Pub. L. 98–21, title VI, § 601(g), Apr. 20, 1983, 97 Stat. 163, provided that:

“In determining whether a hospital is in an urban or rural area for purposes of section 1886(d) of the Social Security Act [42 U.S.C. 1395ww(d)], the Secretary of Health and Human Services shall classify any hospital located in New England as being located in an urban area if such hospital was classified as being located in an urban area under the Standard Metropolitan Statistical Area system of classification in effect in 1979.”
Reports, Experiments, and Demonstration Proj­ects Related to Inclusion in Prospective Payment Amounts of Inpatient Hospital Service Capital-Related Costs

Pub. L. 98–21, title VI, § 603(a), Apr. 20, 1983, 97 Stat. 166, as amended by Pub. L. 98–369, div. B, title III, § 2317, July 18, 1984, 98 Stat. 1081; Pub. L. 99–509, title IX, § 9305(i)(1), Oct. 21, 1986, 100 Stat. 1993; Pub. L. 104–66, title I, § 1061(d), Dec. 21, 1995, 109 Stat. 720, directed Secretary of Health and Human Services to report to Congress within 18 months after Apr. 20, 1983, on legislation by which capital-related costs associated with inpatient hospital services could be included within the prospective payment amounts computed under subsec. (d) of this section, further provided that the Secretary was to study and report to Congress on reimbursement of sole community hospitals based on variations in occupancy, on coordination of an information transfer between parts A and B of this subchapter, on treatment of uncompensated care costs and adjustments appropriate for large rural teaching hospitals, and on advisability of having hospitals make cost-of-care information to certain patients, and further provided that the Secretary was to study and report to Congress on a method for including hospitals outside the 50 States and the District of Columbia under a prospective payment system.
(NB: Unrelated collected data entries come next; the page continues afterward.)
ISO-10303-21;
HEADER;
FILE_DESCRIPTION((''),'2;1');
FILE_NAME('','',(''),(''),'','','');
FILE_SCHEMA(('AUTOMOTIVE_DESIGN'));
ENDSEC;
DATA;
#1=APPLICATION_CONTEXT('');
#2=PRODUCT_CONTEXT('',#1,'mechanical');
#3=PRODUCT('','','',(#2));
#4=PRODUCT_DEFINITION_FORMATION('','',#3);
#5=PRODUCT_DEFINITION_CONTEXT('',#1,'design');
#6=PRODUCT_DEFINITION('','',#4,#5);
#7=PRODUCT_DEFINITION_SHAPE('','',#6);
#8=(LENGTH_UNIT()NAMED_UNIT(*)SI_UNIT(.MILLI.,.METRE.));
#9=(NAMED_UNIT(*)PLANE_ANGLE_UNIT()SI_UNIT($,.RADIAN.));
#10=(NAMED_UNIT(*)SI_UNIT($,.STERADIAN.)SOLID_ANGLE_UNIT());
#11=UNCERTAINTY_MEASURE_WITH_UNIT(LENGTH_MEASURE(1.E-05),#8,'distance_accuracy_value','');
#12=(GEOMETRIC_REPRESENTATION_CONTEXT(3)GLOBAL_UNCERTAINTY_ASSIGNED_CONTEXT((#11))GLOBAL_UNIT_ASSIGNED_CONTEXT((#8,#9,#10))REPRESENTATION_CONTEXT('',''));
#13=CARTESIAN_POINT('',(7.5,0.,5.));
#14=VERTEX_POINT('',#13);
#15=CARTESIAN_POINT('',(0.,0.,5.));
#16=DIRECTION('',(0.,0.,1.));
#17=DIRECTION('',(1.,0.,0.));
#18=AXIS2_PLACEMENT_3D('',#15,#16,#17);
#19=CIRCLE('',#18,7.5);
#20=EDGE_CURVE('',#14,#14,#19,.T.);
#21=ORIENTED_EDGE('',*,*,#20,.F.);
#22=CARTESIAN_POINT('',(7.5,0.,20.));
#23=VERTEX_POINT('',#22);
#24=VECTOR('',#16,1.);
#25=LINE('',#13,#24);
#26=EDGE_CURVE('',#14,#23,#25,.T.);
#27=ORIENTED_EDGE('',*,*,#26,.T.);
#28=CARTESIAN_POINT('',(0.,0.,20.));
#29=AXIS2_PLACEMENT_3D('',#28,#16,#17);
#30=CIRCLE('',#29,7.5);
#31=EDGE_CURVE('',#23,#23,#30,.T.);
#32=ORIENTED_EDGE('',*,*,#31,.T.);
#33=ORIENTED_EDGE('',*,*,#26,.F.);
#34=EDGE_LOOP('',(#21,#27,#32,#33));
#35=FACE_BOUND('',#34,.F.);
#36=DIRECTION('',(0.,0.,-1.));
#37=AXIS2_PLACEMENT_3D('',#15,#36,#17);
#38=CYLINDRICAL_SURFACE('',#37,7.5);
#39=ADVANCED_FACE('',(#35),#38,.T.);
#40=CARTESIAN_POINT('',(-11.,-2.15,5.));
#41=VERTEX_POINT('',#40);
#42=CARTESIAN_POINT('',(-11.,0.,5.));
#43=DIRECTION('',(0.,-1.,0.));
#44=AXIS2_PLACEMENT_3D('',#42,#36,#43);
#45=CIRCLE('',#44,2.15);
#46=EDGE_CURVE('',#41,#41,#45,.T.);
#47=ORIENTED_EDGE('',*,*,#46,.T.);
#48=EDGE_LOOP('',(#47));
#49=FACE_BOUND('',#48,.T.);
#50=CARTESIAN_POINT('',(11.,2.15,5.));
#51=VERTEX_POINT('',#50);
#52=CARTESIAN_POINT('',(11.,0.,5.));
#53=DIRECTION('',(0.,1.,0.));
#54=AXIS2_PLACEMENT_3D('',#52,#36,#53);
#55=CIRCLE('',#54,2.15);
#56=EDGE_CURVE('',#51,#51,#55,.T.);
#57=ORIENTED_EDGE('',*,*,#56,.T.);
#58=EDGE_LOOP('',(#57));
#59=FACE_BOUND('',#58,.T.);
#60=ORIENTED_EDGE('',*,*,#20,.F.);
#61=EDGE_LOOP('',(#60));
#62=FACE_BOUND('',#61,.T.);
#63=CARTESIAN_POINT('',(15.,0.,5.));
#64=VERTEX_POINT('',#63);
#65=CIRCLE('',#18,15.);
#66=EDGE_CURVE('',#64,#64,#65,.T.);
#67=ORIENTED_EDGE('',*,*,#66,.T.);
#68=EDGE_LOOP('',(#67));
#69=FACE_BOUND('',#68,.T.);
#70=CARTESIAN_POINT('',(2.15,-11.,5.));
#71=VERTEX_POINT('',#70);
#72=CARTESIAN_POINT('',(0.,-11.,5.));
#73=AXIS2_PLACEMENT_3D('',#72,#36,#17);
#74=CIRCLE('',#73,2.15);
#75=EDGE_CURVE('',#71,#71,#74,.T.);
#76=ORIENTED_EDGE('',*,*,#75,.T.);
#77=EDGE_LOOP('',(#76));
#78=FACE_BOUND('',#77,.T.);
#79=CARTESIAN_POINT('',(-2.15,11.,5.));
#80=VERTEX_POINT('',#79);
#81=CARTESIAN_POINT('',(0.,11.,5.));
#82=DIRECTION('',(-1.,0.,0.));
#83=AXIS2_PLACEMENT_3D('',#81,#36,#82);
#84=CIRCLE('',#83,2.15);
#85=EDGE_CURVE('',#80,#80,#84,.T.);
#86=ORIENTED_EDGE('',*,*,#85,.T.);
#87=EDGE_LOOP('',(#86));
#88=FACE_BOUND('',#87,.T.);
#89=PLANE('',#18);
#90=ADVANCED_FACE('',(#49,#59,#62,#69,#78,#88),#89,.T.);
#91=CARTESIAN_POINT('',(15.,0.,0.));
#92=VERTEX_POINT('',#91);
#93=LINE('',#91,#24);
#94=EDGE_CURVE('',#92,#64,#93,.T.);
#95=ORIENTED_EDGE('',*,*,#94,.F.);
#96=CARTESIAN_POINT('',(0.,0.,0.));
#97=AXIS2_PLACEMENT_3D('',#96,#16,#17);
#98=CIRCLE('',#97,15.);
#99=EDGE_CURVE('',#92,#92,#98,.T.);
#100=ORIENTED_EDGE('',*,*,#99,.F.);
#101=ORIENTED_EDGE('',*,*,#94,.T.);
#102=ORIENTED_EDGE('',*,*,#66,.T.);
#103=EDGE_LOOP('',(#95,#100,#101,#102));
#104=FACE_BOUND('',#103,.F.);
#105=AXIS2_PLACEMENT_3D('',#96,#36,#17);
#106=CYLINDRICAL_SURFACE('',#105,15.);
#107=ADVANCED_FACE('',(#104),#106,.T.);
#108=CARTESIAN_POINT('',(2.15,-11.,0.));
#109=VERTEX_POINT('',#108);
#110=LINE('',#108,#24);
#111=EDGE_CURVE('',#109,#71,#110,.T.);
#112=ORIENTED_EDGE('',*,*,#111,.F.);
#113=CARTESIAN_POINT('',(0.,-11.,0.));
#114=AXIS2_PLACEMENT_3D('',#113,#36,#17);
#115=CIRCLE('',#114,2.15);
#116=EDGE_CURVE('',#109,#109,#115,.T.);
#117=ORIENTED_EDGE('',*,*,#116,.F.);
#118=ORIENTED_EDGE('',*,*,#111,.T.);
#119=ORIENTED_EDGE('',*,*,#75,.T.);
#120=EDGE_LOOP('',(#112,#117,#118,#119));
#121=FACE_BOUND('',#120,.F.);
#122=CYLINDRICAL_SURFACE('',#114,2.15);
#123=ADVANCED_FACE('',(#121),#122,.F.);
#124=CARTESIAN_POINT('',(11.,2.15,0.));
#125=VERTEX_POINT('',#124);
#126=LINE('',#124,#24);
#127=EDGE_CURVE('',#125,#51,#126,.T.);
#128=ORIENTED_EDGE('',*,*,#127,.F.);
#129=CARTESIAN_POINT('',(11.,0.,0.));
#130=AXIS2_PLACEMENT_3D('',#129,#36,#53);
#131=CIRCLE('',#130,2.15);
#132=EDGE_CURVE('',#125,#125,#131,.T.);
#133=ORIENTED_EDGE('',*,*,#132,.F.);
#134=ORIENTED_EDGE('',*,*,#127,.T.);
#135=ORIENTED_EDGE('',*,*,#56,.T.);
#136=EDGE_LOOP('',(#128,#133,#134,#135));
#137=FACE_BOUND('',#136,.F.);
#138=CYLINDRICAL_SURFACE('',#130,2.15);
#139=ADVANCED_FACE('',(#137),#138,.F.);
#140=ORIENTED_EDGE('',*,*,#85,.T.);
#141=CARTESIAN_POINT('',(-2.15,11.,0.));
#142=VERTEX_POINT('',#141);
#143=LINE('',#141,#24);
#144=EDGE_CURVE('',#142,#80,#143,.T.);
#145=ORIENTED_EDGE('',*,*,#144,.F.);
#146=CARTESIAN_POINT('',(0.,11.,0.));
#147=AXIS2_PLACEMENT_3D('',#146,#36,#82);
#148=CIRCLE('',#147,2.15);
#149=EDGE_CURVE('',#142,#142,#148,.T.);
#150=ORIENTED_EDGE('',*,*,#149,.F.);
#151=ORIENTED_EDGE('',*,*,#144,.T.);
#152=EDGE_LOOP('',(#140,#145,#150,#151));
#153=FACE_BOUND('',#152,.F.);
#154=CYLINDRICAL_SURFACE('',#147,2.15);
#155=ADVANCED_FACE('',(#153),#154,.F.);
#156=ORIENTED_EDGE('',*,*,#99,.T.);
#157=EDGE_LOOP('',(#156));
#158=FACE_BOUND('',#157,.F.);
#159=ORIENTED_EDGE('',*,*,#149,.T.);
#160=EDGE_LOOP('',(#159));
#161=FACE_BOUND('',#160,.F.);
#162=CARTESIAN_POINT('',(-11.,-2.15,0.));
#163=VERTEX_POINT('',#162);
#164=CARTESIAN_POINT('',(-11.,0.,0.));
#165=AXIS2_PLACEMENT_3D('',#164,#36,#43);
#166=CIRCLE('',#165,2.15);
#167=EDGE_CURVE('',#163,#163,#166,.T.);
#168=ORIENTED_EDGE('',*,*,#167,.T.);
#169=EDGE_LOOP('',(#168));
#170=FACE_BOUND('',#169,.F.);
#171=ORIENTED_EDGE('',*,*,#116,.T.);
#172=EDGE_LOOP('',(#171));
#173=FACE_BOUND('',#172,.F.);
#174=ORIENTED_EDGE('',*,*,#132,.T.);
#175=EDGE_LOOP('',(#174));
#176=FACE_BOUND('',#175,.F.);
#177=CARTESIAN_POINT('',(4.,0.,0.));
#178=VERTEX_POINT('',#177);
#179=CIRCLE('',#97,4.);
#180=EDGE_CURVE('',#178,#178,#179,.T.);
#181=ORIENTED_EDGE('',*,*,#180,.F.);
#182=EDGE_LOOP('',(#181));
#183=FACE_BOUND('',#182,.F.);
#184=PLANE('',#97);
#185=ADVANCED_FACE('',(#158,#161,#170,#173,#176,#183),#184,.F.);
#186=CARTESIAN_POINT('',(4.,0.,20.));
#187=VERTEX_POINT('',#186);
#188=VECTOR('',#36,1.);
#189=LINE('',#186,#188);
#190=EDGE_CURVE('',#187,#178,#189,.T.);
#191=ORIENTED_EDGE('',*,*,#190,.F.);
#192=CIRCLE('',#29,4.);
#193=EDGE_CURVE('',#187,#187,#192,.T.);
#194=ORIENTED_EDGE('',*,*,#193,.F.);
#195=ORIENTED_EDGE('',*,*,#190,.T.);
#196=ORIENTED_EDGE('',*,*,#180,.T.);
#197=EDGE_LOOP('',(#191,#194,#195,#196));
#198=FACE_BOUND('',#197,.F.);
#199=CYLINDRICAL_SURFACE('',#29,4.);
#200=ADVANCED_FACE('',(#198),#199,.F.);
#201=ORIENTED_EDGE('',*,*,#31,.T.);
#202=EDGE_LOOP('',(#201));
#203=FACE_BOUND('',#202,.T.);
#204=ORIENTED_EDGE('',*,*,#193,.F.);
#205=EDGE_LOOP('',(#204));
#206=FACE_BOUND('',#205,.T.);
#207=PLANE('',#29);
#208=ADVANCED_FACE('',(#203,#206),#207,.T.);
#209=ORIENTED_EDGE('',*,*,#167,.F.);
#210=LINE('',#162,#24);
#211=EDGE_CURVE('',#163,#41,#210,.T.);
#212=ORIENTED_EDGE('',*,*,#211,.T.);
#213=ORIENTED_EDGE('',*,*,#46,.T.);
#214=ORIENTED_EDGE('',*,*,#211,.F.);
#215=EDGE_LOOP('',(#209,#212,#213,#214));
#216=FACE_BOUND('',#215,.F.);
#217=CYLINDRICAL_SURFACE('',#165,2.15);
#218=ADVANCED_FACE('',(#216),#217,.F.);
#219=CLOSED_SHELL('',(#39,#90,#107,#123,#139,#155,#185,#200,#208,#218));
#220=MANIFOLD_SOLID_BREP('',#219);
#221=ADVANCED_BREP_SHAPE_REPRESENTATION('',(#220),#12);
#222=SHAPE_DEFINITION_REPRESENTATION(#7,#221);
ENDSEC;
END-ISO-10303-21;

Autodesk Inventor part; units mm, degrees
ref_plane "YZ Plane" through (0, 0, 0) normal (1, 0, 0) x (0, 1, 0)
ref_plane "XZ Plane" through (0, 0, 0) normal (0, 1, 0) x (-1, 0, 0)
ref_plane "XY Plane" through (0, 0, 0) normal (0, 0, 1) x (1, 0, 0)
sketch "Sketch1" plane through (0, 0, 0) normal (0, 0, 1) x (1, 0, 0)
  circle A0 centre (0, 0) radius 15
  dimension "d0" = 30
extrude "Extrusion1" add sketch "Sketch1" along normal blind 5
sketch "Sketch2" plane through (0, 0, 5) normal (0, 0, 1) x (1, 0, 0)
  circle A0 centre (0, 0) radius 15 projected
  circle A1 centre (0, 0) radius 7.5
  dimension "d4" = 15
extrude "Extrusion2" add sketch "Sketch2" along normal blind 15 contours A1
sketch "Sketch3" plane through (0, 0, 20) normal (0, 0, 1) x (1, 0, 0)
  circle A0 centre (0, 0) radius 7.5 projected
  circle A1 centre (0, 0) radius 4
  dimension "d8" = 8
extrude "Extrusion3" cut sketch "Sketch3" against normal through all contours A1
sketch "Sketch4" plane through (0, 0, 0) normal (0, 0, -1) x (-1, 0, 0)
  circle A0 centre (0, 0) radius 4 projected
  circle A1 centre (0, 11) radius 2.15
  dimension "d13" = 11
  dimension "d14" = 4.3
extrude "Extrusion4" cut sketch "Sketch4" against normal through all contours A1
pattern_circular "Circular Pattern1" count 4 over 360 about axis through (0, 0, 0) along (0, 0, 1) of "Extrusion4"
properties part number "lead nut"
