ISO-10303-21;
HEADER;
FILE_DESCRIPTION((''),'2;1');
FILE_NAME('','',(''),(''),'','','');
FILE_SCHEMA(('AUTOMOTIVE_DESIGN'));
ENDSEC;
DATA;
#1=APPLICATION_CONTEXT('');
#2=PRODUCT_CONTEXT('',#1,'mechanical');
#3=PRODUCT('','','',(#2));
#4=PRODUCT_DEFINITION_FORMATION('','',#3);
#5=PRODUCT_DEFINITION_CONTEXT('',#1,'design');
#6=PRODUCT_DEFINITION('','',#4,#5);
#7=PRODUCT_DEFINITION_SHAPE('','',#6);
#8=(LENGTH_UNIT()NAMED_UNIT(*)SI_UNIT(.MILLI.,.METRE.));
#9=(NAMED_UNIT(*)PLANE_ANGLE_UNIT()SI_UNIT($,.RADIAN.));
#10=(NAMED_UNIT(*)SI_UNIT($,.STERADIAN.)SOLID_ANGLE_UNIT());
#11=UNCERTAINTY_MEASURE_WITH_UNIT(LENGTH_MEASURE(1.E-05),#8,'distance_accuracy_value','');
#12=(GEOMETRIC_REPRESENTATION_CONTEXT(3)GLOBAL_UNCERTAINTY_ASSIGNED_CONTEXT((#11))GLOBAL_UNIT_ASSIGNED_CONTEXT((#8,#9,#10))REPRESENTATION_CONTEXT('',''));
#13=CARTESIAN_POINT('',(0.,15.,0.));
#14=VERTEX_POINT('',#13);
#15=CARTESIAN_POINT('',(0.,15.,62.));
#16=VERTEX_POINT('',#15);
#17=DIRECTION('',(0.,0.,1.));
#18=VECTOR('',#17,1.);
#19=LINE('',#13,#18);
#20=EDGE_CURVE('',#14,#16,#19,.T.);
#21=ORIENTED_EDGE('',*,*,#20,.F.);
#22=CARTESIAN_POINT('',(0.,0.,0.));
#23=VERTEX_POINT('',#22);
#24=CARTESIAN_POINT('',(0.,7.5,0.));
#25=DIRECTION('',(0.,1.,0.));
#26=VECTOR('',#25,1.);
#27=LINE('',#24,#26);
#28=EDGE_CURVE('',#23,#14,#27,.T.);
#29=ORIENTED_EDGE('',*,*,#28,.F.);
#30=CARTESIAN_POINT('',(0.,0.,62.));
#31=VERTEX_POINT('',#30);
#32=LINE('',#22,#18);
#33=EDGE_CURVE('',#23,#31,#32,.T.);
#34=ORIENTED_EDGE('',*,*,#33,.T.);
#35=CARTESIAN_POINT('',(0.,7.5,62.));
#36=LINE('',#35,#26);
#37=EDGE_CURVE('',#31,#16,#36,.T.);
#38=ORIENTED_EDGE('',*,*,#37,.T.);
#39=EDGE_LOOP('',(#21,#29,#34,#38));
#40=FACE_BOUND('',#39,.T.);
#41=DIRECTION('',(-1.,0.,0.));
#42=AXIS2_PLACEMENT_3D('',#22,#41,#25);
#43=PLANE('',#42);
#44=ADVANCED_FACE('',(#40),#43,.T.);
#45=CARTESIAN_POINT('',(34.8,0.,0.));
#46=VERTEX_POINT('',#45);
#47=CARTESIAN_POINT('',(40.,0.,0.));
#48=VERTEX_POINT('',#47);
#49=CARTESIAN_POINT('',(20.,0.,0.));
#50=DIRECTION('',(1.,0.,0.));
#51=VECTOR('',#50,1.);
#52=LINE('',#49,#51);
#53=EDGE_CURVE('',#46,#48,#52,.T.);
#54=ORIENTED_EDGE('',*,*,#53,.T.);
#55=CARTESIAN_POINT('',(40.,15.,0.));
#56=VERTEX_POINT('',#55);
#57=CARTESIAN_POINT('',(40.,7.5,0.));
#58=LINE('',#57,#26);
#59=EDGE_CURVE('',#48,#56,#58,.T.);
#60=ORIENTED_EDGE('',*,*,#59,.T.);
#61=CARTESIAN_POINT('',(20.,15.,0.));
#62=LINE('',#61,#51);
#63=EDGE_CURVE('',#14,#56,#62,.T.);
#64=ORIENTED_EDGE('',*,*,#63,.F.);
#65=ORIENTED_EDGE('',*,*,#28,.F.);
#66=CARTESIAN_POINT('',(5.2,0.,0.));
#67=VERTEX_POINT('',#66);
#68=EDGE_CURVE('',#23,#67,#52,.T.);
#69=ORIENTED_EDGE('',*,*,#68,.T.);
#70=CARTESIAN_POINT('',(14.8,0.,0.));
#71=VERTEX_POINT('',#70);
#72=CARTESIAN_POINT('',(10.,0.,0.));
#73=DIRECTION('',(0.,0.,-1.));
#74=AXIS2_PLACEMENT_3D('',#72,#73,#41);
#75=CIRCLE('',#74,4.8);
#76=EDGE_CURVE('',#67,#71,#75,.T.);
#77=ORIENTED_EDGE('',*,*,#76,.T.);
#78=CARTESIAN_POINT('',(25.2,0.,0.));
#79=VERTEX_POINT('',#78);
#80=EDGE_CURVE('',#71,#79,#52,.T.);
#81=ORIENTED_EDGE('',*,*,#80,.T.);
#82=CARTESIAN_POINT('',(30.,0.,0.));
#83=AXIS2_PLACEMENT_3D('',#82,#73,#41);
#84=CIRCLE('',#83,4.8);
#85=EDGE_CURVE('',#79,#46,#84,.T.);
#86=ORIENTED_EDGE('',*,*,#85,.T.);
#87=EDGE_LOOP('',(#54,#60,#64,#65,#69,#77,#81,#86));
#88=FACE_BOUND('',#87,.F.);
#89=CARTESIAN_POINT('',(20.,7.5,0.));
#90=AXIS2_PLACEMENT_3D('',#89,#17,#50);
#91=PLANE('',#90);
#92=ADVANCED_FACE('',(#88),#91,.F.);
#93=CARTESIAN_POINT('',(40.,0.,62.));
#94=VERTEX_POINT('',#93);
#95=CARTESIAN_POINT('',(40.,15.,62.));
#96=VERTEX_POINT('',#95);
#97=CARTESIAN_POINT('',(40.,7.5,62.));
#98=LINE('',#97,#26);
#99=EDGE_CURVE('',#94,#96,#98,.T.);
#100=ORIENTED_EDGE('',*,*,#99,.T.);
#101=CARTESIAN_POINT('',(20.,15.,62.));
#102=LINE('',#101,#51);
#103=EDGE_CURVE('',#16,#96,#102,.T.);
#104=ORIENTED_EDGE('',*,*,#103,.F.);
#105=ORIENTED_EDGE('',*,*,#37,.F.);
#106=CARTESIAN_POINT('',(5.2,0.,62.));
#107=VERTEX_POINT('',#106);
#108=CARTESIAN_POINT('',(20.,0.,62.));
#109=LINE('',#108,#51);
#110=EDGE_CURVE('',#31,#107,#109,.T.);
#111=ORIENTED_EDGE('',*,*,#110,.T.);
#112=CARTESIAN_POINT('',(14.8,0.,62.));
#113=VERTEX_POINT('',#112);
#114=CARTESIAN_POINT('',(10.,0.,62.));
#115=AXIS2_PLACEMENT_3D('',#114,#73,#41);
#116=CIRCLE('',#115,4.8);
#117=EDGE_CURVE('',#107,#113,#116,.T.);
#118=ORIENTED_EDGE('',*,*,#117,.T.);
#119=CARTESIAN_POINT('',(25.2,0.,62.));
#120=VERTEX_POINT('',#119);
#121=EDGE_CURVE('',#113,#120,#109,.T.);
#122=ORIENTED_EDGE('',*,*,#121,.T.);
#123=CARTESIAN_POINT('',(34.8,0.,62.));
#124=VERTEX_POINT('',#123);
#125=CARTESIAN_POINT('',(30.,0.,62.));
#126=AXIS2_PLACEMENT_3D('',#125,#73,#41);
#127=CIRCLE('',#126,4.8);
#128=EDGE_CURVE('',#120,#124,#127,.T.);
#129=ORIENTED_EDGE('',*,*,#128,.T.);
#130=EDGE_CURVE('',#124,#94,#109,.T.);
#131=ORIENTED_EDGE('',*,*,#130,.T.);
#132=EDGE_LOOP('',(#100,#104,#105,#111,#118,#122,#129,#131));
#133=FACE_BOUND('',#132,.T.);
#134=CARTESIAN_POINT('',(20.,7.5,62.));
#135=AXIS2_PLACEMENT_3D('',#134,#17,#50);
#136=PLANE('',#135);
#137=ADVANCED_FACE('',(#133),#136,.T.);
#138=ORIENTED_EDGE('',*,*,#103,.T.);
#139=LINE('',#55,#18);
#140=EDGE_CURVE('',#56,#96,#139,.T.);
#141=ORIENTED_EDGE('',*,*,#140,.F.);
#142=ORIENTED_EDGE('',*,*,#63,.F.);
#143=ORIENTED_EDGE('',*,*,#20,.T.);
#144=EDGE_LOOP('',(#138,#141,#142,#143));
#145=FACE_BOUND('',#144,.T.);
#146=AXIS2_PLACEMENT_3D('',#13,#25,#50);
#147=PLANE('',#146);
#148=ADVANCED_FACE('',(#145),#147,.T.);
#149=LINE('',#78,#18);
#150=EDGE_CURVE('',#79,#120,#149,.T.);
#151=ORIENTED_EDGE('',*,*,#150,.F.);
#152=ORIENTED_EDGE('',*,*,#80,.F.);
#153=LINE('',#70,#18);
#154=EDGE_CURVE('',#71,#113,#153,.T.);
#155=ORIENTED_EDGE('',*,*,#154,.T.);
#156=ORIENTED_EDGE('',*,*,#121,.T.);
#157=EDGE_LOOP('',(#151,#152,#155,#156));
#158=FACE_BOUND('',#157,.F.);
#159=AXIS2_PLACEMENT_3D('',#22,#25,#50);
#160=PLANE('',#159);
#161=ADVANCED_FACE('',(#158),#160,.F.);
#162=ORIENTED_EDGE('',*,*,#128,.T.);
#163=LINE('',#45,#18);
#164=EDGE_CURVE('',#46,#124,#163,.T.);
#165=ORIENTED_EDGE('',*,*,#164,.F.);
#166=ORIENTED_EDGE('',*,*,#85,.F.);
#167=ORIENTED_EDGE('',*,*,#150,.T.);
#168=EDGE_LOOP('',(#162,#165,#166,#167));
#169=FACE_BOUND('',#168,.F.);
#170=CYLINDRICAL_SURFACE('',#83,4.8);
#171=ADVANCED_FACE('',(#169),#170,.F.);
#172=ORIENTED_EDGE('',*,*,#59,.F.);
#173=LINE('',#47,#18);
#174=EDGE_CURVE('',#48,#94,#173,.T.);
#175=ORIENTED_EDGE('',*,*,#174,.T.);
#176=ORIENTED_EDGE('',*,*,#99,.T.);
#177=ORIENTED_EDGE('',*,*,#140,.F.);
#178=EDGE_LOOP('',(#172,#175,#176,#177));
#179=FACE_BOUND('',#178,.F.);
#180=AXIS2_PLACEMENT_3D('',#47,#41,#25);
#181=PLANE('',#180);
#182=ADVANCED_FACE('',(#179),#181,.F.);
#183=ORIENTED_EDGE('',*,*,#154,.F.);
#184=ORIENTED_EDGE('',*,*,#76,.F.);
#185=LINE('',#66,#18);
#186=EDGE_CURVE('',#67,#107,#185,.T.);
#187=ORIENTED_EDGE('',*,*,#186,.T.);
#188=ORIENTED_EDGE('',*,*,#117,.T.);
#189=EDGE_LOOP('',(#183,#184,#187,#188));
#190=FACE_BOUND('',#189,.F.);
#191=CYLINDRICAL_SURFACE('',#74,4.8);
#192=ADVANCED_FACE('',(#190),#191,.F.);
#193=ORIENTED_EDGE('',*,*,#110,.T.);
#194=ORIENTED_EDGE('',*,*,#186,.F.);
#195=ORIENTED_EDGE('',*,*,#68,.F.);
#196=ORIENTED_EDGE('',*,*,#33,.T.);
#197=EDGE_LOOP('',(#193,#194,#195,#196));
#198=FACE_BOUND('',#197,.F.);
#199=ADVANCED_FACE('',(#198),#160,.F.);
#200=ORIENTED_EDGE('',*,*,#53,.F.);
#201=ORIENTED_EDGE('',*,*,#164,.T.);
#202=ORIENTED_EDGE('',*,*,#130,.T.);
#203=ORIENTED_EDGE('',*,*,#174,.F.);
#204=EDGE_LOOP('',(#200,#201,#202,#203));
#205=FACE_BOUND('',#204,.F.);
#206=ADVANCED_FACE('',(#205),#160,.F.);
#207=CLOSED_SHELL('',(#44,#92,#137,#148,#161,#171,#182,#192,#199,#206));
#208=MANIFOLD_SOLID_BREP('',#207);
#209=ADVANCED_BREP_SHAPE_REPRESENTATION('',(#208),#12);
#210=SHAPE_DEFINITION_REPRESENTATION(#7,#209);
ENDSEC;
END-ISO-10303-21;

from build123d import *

# Parameters (mm, degrees)
F0_W     = 40
F0_H     = 15
F1_DEPTH = 62
F3_DEPTH = 62.001


with BuildPart() as f1:
    # F0 (on Top) → F1 (new body)
    with BuildSketch(Plane.XY):
        with Locations((20, 7.5)):
            Rectangle(F0_W, F0_H)
    extrude(amount=F1_DEPTH)

    # F2 (on face) → F3 (cut, through all)
    with BuildSketch(Plane(origin=(0, 0, 0), x_dir=(1, 0, 0), z_dir=(0, 0, -1))):
        with BuildLine():
            Line((14.8, 0), (5.2, 0))
            ThreePointArc((5.2, 0), (10, -4.8), (14.8, 0))
        make_face()
        with BuildLine():
            Line((34.8, 0), (25.2, 0))
            ThreePointArc((25.2, 0), (30, -4.8), (34.8, 0))
        make_face()
    extrude(amount=-F3_DEPTH, mode=Mode.SUBTRACT)


solid = f1.part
Inapplicability of Coordination of Federal Information Policy to the Collection of Information

Pub. L. 97–248, title I, § 101(b)(2)(B), Sept. 3, 1982, 96 Stat. 335, as amended by Pub. L. 97–448, title III, § 309(a)(1), Jan. 12, 1983, 96 Stat. 2408, provided that:

Chapter 35 of title 44, United States Code, shall not apply, until January 1, 1984, to collection of information and information collection requests which the Secretary of Health and Human Services determines to be necessary to carry out the amendments made by this section [amendments by section 101(a) of Pub. L. 97–248, enacting this section and amending section 1395x of this title].”